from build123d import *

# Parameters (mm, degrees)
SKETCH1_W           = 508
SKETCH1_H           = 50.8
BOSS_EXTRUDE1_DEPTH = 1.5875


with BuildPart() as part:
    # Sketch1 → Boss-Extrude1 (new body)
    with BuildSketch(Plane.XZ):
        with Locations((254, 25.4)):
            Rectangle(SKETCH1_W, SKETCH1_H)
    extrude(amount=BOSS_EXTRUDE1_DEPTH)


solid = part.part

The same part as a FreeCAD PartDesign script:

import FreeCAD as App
import Part
import Sketcher

V = App.Vector
Q = App.Units.Quantity


def add_polygon(sketch, points):
    """Adds a closed chain of lines whose ends are joined by coincident constraints."""
    first, n = sketch.GeometryCount, len(points)
    for a, b in zip(points, points[1:] + points[:1]):
        sketch.addGeometry(Part.LineSegment(App.Vector(*a, 0), App.Vector(*b, 0)), False)
    for i in range(n):
        sketch.addConstraint(Sketcher.Constraint("Coincident", first + i, 2, first + (i + 1) % n, 1))

doc = App.newDocument("Part")
body = doc.addObject("PartDesign::Body", "Body")

sketch1 = body.newObject("Sketcher::SketchObject", "Sketch")
sketch1.AttachmentSupport = (doc.getObject("XZ_Plane"), [""])
sketch1.MapMode = "FlatFace"
add_polygon(sketch1, [(0, 50.8), (0, 0), (508, 0), (508, 50.8)])
sketch1.addConstraint([
    Sketcher.Constraint("Vertical", 0),
    Sketcher.Constraint("Horizontal", 1),
    Sketcher.Constraint("Vertical", 2),
    Sketcher.Constraint("Horizontal", 3),
    Sketcher.Constraint("Coincident", 0, 2, -1, 1),
    Sketcher.Constraint("DistanceX", 1, 1, 1, 2, Q("20 in")),
    Sketcher.Constraint("DistanceY", 0, 2, 0, 1, Q("2 in")),
])
pad1 = body.newObject("PartDesign::Pad", "Pad")
pad1.Profile = sketch1
pad1.Length = Q("0.0625 in")

doc.recompute()
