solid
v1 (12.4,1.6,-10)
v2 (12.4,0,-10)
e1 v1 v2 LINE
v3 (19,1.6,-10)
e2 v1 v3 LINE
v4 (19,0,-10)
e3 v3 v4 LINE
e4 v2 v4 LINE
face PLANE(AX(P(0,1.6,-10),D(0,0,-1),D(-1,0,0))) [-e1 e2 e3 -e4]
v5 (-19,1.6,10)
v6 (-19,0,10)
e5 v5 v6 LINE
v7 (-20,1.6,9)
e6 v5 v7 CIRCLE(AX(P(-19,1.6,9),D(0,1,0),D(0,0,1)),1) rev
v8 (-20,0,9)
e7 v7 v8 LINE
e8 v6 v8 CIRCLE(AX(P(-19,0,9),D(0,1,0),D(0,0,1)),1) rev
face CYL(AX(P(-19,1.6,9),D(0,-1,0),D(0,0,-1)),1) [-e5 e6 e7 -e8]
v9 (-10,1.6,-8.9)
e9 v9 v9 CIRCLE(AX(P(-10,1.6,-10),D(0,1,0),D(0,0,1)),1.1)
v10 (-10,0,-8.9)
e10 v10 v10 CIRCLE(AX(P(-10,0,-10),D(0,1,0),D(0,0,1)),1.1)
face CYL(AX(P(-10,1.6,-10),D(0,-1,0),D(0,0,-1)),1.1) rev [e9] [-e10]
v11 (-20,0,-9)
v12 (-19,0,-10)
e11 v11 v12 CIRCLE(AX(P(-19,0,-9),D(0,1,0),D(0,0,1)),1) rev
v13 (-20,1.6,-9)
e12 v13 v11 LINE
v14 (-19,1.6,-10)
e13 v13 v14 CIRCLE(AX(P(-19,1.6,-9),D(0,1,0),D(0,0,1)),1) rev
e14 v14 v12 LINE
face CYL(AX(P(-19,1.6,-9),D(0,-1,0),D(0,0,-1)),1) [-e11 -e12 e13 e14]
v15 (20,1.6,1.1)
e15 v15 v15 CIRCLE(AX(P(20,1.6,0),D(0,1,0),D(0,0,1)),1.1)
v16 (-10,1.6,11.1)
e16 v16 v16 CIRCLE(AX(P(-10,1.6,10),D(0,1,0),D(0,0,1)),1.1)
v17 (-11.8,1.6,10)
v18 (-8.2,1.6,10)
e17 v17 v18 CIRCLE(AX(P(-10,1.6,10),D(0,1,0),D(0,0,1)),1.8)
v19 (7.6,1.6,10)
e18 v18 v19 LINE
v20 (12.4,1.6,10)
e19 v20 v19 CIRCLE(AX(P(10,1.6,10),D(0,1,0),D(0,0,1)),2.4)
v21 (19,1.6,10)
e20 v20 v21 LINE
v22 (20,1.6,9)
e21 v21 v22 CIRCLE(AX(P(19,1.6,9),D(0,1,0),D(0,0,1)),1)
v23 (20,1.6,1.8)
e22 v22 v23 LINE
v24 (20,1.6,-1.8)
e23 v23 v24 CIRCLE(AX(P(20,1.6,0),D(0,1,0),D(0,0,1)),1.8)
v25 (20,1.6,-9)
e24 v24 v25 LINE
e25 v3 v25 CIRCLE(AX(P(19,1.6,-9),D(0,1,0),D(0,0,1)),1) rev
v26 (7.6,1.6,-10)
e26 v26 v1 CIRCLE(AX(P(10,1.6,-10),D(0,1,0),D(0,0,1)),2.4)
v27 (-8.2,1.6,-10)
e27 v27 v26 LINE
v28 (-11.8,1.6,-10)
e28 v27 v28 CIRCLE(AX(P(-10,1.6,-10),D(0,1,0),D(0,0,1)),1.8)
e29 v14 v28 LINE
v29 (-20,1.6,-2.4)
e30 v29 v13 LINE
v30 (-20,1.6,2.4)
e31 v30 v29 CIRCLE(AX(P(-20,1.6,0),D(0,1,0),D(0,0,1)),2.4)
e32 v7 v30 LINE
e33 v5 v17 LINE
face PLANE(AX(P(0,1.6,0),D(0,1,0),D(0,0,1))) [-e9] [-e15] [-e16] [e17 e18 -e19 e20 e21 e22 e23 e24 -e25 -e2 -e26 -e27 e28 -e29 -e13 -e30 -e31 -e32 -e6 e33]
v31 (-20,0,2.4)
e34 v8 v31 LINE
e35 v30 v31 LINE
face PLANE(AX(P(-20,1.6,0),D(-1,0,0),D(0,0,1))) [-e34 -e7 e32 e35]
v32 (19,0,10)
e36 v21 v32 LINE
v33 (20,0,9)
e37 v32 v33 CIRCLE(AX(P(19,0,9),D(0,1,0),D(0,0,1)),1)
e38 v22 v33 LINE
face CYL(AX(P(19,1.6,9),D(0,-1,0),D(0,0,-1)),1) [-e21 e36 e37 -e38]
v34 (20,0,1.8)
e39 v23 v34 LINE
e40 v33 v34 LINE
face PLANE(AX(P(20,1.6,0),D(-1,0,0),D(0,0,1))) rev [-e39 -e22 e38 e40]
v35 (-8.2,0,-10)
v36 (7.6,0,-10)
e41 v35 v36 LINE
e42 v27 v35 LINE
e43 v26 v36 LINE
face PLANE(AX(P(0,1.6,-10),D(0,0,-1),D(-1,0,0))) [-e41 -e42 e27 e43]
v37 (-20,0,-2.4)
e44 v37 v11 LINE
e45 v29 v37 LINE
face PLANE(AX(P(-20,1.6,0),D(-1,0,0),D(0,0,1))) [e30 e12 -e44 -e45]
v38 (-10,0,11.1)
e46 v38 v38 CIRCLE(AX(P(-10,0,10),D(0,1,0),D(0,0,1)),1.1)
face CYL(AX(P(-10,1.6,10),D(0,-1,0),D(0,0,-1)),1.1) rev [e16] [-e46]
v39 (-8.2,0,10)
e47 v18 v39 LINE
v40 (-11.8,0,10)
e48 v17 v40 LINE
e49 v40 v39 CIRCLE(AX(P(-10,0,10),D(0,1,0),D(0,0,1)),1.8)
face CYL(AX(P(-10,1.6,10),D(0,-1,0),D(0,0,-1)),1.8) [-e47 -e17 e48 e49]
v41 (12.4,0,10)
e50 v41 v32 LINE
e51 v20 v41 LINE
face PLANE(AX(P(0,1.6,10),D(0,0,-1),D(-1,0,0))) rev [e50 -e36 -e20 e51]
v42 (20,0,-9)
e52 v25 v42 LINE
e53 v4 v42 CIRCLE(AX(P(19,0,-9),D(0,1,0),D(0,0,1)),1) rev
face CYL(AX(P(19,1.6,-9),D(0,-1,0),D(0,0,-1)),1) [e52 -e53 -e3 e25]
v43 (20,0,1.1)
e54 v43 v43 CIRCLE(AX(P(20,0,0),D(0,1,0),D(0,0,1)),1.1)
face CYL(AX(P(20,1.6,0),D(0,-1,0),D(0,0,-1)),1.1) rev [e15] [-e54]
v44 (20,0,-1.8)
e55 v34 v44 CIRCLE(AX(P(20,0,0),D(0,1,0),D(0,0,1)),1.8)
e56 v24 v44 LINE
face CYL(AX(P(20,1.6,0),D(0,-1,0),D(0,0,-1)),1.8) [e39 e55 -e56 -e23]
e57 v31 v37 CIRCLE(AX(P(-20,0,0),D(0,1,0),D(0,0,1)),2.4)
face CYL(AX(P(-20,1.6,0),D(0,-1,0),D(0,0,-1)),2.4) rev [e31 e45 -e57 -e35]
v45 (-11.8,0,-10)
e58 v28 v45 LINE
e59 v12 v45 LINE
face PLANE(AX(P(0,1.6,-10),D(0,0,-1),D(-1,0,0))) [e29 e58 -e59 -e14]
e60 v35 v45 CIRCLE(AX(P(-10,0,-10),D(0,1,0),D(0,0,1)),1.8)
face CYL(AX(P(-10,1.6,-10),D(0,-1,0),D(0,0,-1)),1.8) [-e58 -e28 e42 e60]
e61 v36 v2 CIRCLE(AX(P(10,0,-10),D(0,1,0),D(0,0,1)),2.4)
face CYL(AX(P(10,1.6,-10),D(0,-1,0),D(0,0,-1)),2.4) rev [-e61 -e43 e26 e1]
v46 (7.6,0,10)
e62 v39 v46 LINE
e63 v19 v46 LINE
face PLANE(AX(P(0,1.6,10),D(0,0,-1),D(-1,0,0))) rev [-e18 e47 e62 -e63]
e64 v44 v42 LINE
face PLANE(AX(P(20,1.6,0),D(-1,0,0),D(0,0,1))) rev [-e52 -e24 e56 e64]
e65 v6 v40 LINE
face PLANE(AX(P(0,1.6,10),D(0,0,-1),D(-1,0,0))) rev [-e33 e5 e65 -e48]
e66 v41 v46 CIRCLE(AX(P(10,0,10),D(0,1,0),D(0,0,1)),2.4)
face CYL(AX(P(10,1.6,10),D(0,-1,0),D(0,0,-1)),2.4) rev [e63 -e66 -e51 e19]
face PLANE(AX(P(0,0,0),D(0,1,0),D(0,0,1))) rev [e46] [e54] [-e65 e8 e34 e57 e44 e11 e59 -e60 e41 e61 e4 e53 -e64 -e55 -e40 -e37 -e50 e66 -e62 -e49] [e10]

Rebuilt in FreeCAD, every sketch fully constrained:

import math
import FreeCAD as App
import Part
import Sketcher
from FreeCAD import Vector

doc = App.newDocument("Part")
body = doc.addObject("PartDesign::Body", "Body")

# Sketch on XZ plane
sketch1 = body.newObject("Sketcher::SketchObject", "Sketch")
sketch1.AttachmentSupport = (doc.getObject("XZ_Plane"), [""])
sketch1.MapMode = "FlatFace"
sketch1.addGeometry([
    Part.ArcOfCircle(Part.Circle(Vector(-10, 10, 0), Vector(0, 0, 1), 1.8), math.radians(0), math.radians(180)),  # 0
    Part.LineSegment(Vector(-8.2, 10, 0), Vector(7.6, 10, 0)),  # 1
    Part.ArcOfCircle(Part.Circle(Vector(10, 10, 0), Vector(0, 0, 1), 2.4), math.radians(180), math.radians(360)),  # 2
    Part.LineSegment(Vector(12.4, 10, 0), Vector(19, 10, 0)),  # 3
    Part.ArcOfCircle(Part.Circle(Vector(19, 9, 0), Vector(0, 0, 1), 1), math.radians(0), math.radians(90)),  # 4
    Part.LineSegment(Vector(20, 9, 0), Vector(20, 1.8, 0)),  # 5
    Part.ArcOfCircle(Part.Circle(Vector(20, 0, 0), Vector(0, 0, 1), 1.8), math.radians(-90), math.radians(90)),  # 6
    Part.LineSegment(Vector(20, -1.8, 0), Vector(20, -9, 0)),  # 7
    Part.ArcOfCircle(Part.Circle(Vector(19, -9, 0), Vector(0, 0, 1), 1), math.radians(-90), math.radians(0)),  # 8
    Part.LineSegment(Vector(19, -10, 0), Vector(12.4, -10, 0)),  # 9
    Part.ArcOfCircle(Part.Circle(Vector(10, -10, 0), Vector(0, 0, 1), 2.4), math.radians(0), math.radians(180)),  # 10
    Part.LineSegment(Vector(7.6, -10, 0), Vector(-8.2, -10, 0)),  # 11
    Part.ArcOfCircle(Part.Circle(Vector(-10, -10, 0), Vector(0, 0, 1), 1.8), math.radians(180), math.radians(360)),  # 12
    Part.LineSegment(Vector(-11.8, -10, 0), Vector(-19, -10, 0)),  # 13
    Part.ArcOfCircle(Part.Circle(Vector(-19, -9, 0), Vector(0, 0, 1), 1), math.radians(-180), math.radians(-90)),  # 14
    Part.LineSegment(Vector(-20, -9, 0), Vector(-20, -2.4, 0)),  # 15
    Part.ArcOfCircle(Part.Circle(Vector(-20, 0, 0), Vector(0, 0, 1), 2.4), math.radians(-90), math.radians(90)),  # 16
    Part.LineSegment(Vector(-20, 2.4, 0), Vector(-20, 9, 0)),  # 17
    Part.ArcOfCircle(Part.Circle(Vector(-19, 9, 0), Vector(0, 0, 1), 1), math.radians(90), math.radians(180)),  # 18
    Part.LineSegment(Vector(-19, 10, 0), Vector(-11.8, 10, 0)),  # 19
    Part.Circle(Vector(-10, 10, 0), Vector(0, 0, 1), 1.1),  # 20
    Part.Circle(Vector(-10, -10, 0), Vector(0, 0, 1), 1.1),  # 21
    Part.Circle(Vector(20, 0, 0), Vector(0, 0, 1), 1.1),  # 22
], False)
sketch1.addConstraint([
    Sketcher.Constraint("Coincident", 0, 1, 1, 1),
    Sketcher.Constraint("Coincident", 1, 2, 2, 1),
    Sketcher.Constraint("Coincident", 2, 2, 3, 1),
    Sketcher.Constraint("Tangent", 3, 2, 4, 2),
    Sketcher.Constraint("Tangent", 4, 1, 5, 1),
    Sketcher.Constraint("Coincident", 5, 2, 6, 2),
    Sketcher.Constraint("Coincident", 6, 1, 7, 1),
    Sketcher.Constraint("Tangent", 7, 2, 8, 2),
    Sketcher.Constraint("Tangent", 8, 1, 9, 1),
    Sketcher.Constraint("Coincident", 9, 2, 10, 1),
    Sketcher.Constraint("Coincident", 10, 2, 11, 1),
    Sketcher.Constraint("Coincident", 11, 2, 12, 2),
    Sketcher.Constraint("Coincident", 12, 1, 13, 1),
    Sketcher.Constraint("Tangent", 13, 2, 14, 2),
    Sketcher.Constraint("Tangent", 14, 1, 15, 1),
    Sketcher.Constraint("Coincident", 15, 2, 16, 1),
    Sketcher.Constraint("Coincident", 16, 2, 17, 1),
    Sketcher.Constraint("Tangent", 17, 2, 18, 2),
    Sketcher.Constraint("Tangent", 18, 1, 19, 1),
    Sketcher.Constraint("Coincident", 19, 2, 0, 2),
    Sketcher.Constraint("Horizontal", 1),
    Sketcher.Constraint("Horizontal", 3),
    Sketcher.Constraint("Vertical", 5),
    Sketcher.Constraint("Vertical", 7),
    Sketcher.Constraint("Horizontal", 9),
    Sketcher.Constraint("Horizontal", 11),
    Sketcher.Constraint("Horizontal", 13),
    Sketcher.Constraint("Vertical", 15),
    Sketcher.Constraint("Vertical", 17),
    Sketcher.Constraint("Horizontal", 19),
    Sketcher.Constraint("Coincident", 20, 3, 0, 3),
    Sketcher.Constraint("Coincident", 21, 3, 12, 3),
    Sketcher.Constraint("Coincident", 22, 3, 6, 3),
    Sketcher.Constraint("Equal", 0, 6),
    Sketcher.Constraint("Equal", 4, 8),
    Sketcher.Constraint("Equal", 2, 10),
    Sketcher.Constraint("Equal", 6, 12),
    Sketcher.Constraint("Equal", 8, 14),
    Sketcher.Constraint("Equal", 10, 16),
    Sketcher.Constraint("Equal", 14, 18),
    Sketcher.Constraint("Equal", 20, 21),
    Sketcher.Constraint("Equal", 21, 22),
    Sketcher.Constraint("Symmetric", 0, 3, 10, 3, -1, 1),
    Sketcher.Constraint("Symmetric", 2, 3, 12, 3, -1, 1),
    Sketcher.Constraint("Symmetric", 4, 3, 14, 3, -1, 1),
    Sketcher.Constraint("Symmetric", 6, 3, 16, 3, -1, 1),
    Sketcher.Constraint("Symmetric", 8, 3, 18, 3, -1, 1),
    Sketcher.Constraint("Symmetric", 0, 3, 2, 3, -2),
    Sketcher.Constraint("Symmetric", 8, 3, 14, 3, -2),
    Sketcher.Constraint("PointOnObject", 6, 3, -1),
    Sketcher.Constraint("Horizontal", 20, 3, 0, 1),
    Sketcher.Constraint("Horizontal", 1, 2, 2, 2),
    Sketcher.Constraint("Horizontal", 9, 2, 10, 2),
    Sketcher.Constraint("Vertical", 22, 3, 4, 1),
    Sketcher.Constraint("Equal", 19, 5),
    Sketcher.Constraint("Radius", 4, 1.0),
    Sketcher.Constraint("Diameter", 20, 2.2),
    Sketcher.Constraint("Radius", 0, 1.8),
    Sketcher.Constraint("Radius", 2, 2.4),
    Sketcher.Constraint("DistanceX", 1, 1, 1, 2, 15.8),
    Sketcher.Constraint("DistanceX", 3, 1, 3, 2, 6.6),
])
pad1 = body.newObject("PartDesign::Pad", "Pad")
pad1.Profile = sketch1
pad1.Length = 1.6
pad1.Reversed = True

doc.recompute()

....

• _EXERCISE INSTRUCTIONS_
Everything from the line containing "e15 v15 v15" through the line containing "e37 v32 v33" in the material above should be retyped exactly, both ends included, and nothing more.

• _SOLUTION TO THIS PROBLEM_
e15 v15 v15 CIRCLE(AX(P(20,1.6,0),D(0,1,0),D(0,0,1)),1.1)
v16 (-10,1.6,11.1)
e16 v16 v16 CIRCLE(AX(P(-10,1.6,10),D(0,1,0),D(0,0,1)),1.1)
v17 (-11.8,1.6,10)
v18 (-8.2,1.6,10)
e17 v17 v18 CIRCLE(AX(P(-10,1.6,10),D(0,1,0),D(0,0,1)),1.8)
v19 (7.6,1.6,10)
e18 v18 v19 LINE
v20 (12.4,1.6,10)
e19 v20 v19 CIRCLE(AX(P(10,1.6,10),D(0,1,0),D(0,0,1)),2.4)
v21 (19,1.6,10)
e20 v20 v21 LINE
v22 (20,1.6,9)
e21 v21 v22 CIRCLE(AX(P(19,1.6,9),D(0,1,0),D(0,0,1)),1)
v23 (20,1.6,1.8)
e22 v22 v23 LINE
v24 (20,1.6,-1.8)
e23 v23 v24 CIRCLE(AX(P(20,1.6,0),D(0,1,0),D(0,0,1)),1.8)
v25 (20,1.6,-9)
e24 v24 v25 LINE
e25 v3 v25 CIRCLE(AX(P(19,1.6,-9),D(0,1,0),D(0,0,1)),1) rev
v26 (7.6,1.6,-10)
e26 v26 v1 CIRCLE(AX(P(10,1.6,-10),D(0,1,0),D(0,0,1)),2.4)
v27 (-8.2,1.6,-10)
e27 v27 v26 LINE
v28 (-11.8,1.6,-10)
e28 v27 v28 CIRCLE(AX(P(-10,1.6,-10),D(0,1,0),D(0,0,1)),1.8)
e29 v14 v28 LINE
v29 (-20,1.6,-2.4)
e30 v29 v13 LINE
v30 (-20,1.6,2.4)
e31 v30 v29 CIRCLE(AX(P(-20,1.6,0),D(0,1,0),D(0,0,1)),2.4)
e32 v7 v30 LINE
e33 v5 v17 LINE
face PLANE(AX(P(0,1.6,0),D(0,1,0),D(0,0,1))) [-e9] [-e15] [-e16] [e17 e18 -e19 e20 e21 e22 e23 e24 -e25 -e2 -e26 -e27 e28 -e29 -e13 -e30 -e31 -e32 -e6 e33]
v31 (-20,0,2.4)
e34 v8 v31 LINE
e35 v30 v31 LINE
face PLANE(AX(P(-20,1.6,0),D(-1,0,0),D(0,0,1))) [-e34 -e7 e32 e35]
v32 (19,0,10)
e36 v21 v32 LINE
v33 (20,0,9)
e37 v32 v33 CIRCLE(AX(P(19,0,9),D(0,1,0),D(0,0,1)),1)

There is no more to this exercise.